3.2. Банковские платежные агенты, осуществляющие операции платежного агрегатора, должны обеспечивать защиту информации в процессе формирования (подготовки) электронных сообщений при приеме электронных средств платежа юридическими лицами, индивидуальными предпринимателями и иными лицами, указанными в части 13 статьи 14_1 Федерального закона от 27 июня 2011 года N 161-ФЗ, при участии в переводе денежных средств в пользу юридических лиц, индивидуальных предпринимателей и иных лиц, указанных в части 13 статьи 14_1 Федерального закона от 27 июня 2011 года N 161-ФЗ, по операциям с использованием электронных средств платежа.
3.3. Банковские платежные агенты (субагенты), за исключением банковских платежных агентов, осуществляющих операции платежного агрегатора, при совершении операций, указанных в пункте 3.1 настоящего Положения, в целях реализации требований к обеспечению защиты информации должны обеспечить защиту защищаемой информации, указанной в графе 3 строк 1 и 2 приложения 2 к настоящему Положению.

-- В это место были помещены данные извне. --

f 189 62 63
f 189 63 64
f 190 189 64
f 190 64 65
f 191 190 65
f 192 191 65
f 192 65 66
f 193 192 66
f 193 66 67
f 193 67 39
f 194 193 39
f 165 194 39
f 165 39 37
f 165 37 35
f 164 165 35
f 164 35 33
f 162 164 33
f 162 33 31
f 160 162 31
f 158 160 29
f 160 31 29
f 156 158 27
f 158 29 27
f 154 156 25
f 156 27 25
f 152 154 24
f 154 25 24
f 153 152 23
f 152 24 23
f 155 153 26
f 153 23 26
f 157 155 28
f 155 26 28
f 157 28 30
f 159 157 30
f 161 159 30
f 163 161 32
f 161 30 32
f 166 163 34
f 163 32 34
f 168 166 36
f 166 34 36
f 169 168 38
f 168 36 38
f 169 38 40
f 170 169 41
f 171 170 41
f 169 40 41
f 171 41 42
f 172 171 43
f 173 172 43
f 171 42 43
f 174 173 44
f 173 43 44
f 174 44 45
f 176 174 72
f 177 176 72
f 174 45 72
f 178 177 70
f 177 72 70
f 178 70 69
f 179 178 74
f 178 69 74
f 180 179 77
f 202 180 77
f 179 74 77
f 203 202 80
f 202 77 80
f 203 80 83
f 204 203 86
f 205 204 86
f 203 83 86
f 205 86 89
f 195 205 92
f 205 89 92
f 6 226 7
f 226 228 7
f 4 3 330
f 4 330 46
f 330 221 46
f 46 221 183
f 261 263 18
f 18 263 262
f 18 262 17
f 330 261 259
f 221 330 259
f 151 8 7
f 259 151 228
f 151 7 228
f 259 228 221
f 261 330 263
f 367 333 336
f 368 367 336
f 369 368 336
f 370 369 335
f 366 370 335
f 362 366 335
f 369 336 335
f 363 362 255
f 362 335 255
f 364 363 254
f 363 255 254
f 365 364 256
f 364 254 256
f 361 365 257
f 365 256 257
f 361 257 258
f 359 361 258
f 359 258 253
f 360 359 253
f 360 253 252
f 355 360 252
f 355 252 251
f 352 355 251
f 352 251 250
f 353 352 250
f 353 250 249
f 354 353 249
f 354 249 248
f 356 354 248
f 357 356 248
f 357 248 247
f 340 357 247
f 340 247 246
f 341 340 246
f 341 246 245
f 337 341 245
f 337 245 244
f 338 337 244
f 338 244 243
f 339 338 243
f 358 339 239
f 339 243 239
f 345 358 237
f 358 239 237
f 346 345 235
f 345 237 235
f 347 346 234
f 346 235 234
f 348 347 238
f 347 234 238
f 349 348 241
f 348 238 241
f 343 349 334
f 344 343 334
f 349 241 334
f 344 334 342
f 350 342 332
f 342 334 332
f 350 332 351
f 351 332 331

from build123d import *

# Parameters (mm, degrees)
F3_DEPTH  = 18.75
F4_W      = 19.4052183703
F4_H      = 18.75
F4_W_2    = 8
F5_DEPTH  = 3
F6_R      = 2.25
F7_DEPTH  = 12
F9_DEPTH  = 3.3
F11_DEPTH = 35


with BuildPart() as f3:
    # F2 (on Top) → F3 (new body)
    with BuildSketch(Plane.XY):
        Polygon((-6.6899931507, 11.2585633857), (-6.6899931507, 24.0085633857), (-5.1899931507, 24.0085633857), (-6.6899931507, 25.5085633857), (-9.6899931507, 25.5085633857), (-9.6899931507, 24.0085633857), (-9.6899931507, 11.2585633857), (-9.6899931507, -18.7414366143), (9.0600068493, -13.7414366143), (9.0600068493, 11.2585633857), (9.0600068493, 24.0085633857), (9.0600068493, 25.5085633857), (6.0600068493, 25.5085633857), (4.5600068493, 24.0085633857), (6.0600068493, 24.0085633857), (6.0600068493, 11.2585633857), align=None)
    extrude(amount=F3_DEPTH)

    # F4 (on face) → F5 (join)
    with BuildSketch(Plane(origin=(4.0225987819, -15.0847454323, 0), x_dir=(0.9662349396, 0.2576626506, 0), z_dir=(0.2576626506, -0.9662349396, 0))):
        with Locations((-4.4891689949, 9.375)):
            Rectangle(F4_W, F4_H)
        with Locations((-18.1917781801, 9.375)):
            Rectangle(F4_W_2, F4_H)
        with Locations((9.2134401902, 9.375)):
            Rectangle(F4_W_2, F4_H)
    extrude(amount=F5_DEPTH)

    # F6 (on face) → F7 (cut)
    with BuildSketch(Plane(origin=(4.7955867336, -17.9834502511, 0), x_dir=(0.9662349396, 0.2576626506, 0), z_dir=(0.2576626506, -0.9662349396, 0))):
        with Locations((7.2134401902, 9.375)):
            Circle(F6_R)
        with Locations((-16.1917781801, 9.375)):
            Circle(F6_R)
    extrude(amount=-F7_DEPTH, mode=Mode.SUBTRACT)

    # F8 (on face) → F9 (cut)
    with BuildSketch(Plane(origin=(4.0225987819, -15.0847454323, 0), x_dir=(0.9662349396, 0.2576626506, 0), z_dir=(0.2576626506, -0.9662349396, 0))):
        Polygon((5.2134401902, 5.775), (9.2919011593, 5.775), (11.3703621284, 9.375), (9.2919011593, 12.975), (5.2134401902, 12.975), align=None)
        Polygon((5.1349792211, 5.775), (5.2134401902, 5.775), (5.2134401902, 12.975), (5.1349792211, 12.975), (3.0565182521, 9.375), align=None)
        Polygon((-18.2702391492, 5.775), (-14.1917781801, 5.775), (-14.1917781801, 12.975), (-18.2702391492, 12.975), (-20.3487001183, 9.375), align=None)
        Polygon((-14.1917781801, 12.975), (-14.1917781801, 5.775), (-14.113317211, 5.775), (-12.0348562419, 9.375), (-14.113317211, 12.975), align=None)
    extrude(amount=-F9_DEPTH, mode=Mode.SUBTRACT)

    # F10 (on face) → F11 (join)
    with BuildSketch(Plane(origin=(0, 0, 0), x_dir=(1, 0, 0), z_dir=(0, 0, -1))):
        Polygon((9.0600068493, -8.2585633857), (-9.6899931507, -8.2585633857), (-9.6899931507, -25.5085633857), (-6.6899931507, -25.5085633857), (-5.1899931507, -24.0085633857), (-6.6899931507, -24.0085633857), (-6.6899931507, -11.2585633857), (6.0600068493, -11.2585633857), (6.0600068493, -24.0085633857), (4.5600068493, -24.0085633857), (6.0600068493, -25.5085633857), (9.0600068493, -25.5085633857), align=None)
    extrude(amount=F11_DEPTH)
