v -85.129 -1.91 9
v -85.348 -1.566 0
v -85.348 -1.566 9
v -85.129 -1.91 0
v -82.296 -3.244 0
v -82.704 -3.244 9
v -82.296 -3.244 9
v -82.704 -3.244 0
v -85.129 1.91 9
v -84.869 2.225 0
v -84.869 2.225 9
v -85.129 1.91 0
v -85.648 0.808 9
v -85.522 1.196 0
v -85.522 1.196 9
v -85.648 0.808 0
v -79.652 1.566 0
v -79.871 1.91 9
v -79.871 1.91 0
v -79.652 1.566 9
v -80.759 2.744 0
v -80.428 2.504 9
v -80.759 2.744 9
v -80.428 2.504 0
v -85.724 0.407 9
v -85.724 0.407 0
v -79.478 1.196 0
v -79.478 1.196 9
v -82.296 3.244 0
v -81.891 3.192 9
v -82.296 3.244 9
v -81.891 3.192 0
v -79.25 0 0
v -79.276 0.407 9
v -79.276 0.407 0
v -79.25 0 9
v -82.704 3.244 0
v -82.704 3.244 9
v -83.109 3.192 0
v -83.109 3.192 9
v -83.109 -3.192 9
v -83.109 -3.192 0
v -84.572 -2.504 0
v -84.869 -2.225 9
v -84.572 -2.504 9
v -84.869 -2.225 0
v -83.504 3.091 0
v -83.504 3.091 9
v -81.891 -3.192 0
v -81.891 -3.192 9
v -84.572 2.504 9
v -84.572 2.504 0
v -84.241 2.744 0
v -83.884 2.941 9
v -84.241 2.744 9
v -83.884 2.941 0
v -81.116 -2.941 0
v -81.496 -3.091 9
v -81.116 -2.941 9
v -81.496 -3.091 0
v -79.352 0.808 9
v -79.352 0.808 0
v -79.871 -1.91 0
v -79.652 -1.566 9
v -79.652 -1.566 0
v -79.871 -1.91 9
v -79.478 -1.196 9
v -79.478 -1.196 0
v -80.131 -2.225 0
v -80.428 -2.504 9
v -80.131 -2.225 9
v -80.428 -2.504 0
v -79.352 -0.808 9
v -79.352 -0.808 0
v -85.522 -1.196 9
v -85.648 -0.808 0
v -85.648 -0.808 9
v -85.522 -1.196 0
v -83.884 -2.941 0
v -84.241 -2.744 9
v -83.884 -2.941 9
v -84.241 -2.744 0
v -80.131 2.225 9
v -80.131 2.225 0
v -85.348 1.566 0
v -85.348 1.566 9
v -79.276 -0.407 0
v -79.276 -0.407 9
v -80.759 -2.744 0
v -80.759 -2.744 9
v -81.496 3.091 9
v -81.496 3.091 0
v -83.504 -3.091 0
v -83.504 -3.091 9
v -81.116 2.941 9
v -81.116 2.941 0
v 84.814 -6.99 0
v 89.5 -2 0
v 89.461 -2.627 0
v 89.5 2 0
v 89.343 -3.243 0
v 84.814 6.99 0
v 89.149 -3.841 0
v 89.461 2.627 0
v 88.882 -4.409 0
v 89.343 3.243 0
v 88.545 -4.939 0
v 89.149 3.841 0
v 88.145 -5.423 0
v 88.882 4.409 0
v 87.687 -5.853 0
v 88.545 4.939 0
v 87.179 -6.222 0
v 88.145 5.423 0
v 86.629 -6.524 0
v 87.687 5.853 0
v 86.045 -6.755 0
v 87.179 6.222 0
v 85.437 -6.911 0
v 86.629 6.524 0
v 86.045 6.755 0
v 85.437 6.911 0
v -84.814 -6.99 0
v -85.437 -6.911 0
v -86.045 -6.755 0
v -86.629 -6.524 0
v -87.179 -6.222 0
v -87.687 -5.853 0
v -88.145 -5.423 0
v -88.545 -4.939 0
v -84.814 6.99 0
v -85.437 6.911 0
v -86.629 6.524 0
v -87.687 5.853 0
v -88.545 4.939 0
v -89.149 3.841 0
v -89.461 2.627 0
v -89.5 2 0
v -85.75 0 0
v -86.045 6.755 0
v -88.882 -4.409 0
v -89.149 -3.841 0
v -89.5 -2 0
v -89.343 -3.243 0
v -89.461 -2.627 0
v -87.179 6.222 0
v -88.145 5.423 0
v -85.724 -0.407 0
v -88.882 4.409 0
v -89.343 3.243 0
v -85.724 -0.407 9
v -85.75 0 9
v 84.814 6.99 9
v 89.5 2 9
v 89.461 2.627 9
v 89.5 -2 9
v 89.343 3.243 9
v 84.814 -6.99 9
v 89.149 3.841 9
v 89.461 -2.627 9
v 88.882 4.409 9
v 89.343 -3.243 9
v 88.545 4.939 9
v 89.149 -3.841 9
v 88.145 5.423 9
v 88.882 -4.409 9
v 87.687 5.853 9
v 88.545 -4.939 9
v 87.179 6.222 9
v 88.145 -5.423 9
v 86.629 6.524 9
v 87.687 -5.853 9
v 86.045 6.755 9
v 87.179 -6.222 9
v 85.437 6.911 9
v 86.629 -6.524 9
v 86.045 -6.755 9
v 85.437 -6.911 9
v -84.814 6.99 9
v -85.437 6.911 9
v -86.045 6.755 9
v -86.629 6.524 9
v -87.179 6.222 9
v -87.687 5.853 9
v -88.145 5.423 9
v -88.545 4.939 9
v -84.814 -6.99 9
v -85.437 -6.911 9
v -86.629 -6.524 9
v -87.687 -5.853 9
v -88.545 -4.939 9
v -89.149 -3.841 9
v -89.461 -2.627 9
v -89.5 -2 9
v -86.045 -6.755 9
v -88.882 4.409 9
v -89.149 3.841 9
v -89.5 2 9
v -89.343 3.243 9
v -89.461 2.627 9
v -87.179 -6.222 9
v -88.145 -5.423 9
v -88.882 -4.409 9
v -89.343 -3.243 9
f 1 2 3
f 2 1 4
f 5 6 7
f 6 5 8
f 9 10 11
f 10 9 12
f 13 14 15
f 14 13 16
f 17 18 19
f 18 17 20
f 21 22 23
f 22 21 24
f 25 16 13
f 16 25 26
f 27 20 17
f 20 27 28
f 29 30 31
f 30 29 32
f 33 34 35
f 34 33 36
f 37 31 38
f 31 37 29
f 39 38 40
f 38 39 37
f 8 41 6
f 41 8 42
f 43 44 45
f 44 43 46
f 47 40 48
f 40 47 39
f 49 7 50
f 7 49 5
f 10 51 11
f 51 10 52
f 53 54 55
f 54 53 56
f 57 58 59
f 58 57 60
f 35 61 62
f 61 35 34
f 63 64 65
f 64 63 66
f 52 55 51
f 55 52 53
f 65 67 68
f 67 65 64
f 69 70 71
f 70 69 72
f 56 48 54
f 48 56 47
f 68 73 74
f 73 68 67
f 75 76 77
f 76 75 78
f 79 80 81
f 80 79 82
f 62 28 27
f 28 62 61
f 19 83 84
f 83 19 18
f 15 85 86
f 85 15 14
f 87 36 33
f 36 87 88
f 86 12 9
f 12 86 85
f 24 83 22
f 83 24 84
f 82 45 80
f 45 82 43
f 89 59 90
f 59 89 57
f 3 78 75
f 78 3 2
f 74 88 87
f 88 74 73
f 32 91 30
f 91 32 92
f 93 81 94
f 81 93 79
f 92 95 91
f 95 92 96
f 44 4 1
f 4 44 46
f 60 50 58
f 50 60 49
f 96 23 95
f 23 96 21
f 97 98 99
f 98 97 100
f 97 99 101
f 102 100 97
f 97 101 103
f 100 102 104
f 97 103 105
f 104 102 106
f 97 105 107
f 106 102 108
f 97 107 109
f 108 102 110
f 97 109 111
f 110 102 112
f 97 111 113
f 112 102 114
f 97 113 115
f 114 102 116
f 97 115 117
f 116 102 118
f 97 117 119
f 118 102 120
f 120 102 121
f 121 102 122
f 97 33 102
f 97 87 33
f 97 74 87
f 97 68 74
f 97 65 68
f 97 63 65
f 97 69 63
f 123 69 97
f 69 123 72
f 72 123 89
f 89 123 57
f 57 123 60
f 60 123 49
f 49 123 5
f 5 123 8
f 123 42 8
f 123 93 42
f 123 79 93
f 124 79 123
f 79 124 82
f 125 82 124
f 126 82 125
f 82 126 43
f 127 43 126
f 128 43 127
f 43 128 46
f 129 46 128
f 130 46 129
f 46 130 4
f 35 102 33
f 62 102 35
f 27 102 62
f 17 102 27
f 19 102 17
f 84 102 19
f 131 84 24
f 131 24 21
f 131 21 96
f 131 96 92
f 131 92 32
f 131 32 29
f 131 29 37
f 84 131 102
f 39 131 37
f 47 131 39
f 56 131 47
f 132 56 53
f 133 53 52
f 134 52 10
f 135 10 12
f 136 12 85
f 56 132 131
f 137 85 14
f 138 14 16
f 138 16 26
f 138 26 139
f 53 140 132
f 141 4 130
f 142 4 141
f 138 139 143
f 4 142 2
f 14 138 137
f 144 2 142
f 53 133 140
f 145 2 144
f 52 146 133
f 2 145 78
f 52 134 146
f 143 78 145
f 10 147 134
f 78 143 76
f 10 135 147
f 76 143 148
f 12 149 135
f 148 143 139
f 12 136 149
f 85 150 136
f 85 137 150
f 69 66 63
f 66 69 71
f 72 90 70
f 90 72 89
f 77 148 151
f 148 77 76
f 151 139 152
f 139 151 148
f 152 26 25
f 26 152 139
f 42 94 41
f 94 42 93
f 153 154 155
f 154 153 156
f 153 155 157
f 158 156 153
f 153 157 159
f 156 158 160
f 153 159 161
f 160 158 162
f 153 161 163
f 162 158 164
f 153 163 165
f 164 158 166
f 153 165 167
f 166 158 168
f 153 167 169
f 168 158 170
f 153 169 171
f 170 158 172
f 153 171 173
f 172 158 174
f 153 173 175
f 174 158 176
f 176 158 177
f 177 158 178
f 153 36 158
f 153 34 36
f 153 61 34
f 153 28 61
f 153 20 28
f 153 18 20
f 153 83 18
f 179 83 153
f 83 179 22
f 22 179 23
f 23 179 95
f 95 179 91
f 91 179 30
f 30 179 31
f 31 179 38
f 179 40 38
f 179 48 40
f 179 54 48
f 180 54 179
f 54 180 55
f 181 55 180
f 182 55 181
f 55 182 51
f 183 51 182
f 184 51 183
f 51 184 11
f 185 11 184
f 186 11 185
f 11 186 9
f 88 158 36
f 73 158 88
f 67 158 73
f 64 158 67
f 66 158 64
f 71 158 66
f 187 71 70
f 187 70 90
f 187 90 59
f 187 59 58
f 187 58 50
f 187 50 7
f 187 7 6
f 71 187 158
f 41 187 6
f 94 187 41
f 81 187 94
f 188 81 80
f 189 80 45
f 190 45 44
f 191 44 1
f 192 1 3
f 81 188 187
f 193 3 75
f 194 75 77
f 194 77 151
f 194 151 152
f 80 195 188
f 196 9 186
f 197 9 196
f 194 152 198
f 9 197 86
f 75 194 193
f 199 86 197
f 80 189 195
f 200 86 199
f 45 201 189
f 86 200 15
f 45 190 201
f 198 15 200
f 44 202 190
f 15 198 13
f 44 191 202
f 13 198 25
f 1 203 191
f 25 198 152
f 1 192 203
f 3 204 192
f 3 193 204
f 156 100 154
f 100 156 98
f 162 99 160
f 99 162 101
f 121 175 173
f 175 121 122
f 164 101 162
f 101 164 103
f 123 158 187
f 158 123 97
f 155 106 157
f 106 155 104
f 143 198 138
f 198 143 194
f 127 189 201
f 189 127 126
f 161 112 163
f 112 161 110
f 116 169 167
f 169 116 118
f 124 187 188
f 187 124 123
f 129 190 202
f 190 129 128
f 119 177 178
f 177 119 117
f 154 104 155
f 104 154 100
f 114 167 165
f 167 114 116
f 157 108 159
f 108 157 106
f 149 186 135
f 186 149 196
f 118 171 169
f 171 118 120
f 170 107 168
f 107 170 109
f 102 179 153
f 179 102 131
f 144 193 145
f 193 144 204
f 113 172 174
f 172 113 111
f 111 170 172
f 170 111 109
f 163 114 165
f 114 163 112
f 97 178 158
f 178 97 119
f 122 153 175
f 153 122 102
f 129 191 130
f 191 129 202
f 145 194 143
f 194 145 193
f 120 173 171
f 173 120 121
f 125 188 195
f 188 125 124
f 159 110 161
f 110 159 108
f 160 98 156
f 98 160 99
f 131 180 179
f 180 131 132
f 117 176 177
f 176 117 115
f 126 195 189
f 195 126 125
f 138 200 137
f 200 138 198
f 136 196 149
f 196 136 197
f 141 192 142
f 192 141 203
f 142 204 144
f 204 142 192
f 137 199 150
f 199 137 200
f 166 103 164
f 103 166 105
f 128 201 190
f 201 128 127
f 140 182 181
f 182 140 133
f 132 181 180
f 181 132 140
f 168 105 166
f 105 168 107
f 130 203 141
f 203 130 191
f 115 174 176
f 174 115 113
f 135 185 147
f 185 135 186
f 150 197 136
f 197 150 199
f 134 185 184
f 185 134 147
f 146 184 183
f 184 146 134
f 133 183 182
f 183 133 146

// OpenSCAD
$fn = 50;


difference() {
	union() {
		hull() {
			translate(v = [-84.5000000000, 2.0000000000, 0]) {
				cylinder(h = 9, r = 5);
			}
			translate(v = [84.5000000000, 2.0000000000, 0]) {
				cylinder(h = 9, r = 5);
			}
			translate(v = [-84.5000000000, -2.0000000000, 0]) {
				cylinder(h = 9, r = 5);
			}
			translate(v = [84.5000000000, -2.0000000000, 0]) {
				cylinder(h = 9, r = 5);
			}
		}
	}
	union() {
		translate(v = [-82.5000000000, 0.0000000000, 0]) {
			cylinder(h = 9, r = 3.2500000000);
		}
		translate(v = [-82.5000000000, 0.0000000000, 0]) {
			cylinder(h = 9, r = 1.8000000000);
		}
		translate(v = [-82.5000000000, 0.0000000000, 0]) {
			cylinder(h = 9, r = 1.8000000000);
		}
		translate(v = [-82.5000000000, 0.0000000000, 0]) {
			cylinder(h = 9, r = 1.8000000000);
		}
	}
}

3.4. Банковские платежные агенты, осуществляющие операции платежного агрегатора, при совершении операций, указанных в пункте 3.2 настоящего Положения, в целях реализации требований к обеспечению защиты информации должны обеспечить защиту защищаемой информации, указанной в графе 3 строки 3 приложения 2 к настоящему Положению.
3.5. Банковские платежные агенты (субагенты) должны обеспечить реализацию минимального уровня защиты информации для объектов информационной инфраструктуры, предусмотренного пунктом 6.7 раздела 6 ГОСТ Р 57580.1-2017.
По решению банковских платежных агентов (субагентов) уровень защиты информации для объектов информационной инфраструктуры, предусмотренный пунктом 6.7 раздела 6 ГОСТ Р 57580.1-2017, может быть повышен на основе анализа рисков.
3.6. Банковские платежные агенты, осуществляющие операции платежного агрегатора, должны проводить оценку соответствия защиты информации не реже одного раза в два года.
3.7. Банковские платежные агенты, осуществляющие операции платежного агрегатора, должны реализовывать уровень соответствия защиты информации не ниже четвертого, предусмотренного подпунктом "д" пункта 6.9 раздела 6 ГОСТ Р 57580.2-2018.
3.8. Банковские платежные агенты (субагенты), за исключением банковских платежных агентов, осуществляющих операции платежного агрегатора, должны на основе критериев, установленных операторами по переводу денежных средств, проводить тестирование на проникновение и анализ уязвимостей информационной безопасности объектов информационной инфраструктуры, оценку соответствия защиты информации, сертификацию или оценку соответствия прикладного программного обеспечения автоматизированных систем и приложений, а также отдельного программного обеспечения.
3.9. Банковские платежные агенты, осуществляющие операции платежного агрегатора, должны на основе критериев, установленных операторами по переводу денежных средств, проводить тестирование на проникновение и анализ уязвимостей информационной безопасности объектов информационной инфраструктуры, сертификацию или оценку соответствия прикладного программного обеспечения автоматизированных систем и приложений, а также отдельного программного обеспечения.
3.10. В случае принятия решения о необходимости проведения сертификации прикладного программного обеспечения автоматизированных систем и приложений, а также отдельного программного обеспечения банковские платежные агенты (субагенты) должны обеспечить сертификацию прикладного программного обеспечения автоматизированных систем и приложений, а также отдельного программного обеспечения не ниже 6 уровня доверия в соответствии с приказом Федеральной службы по техническому и экспортному контролю от 2 июня 2020 года N 76.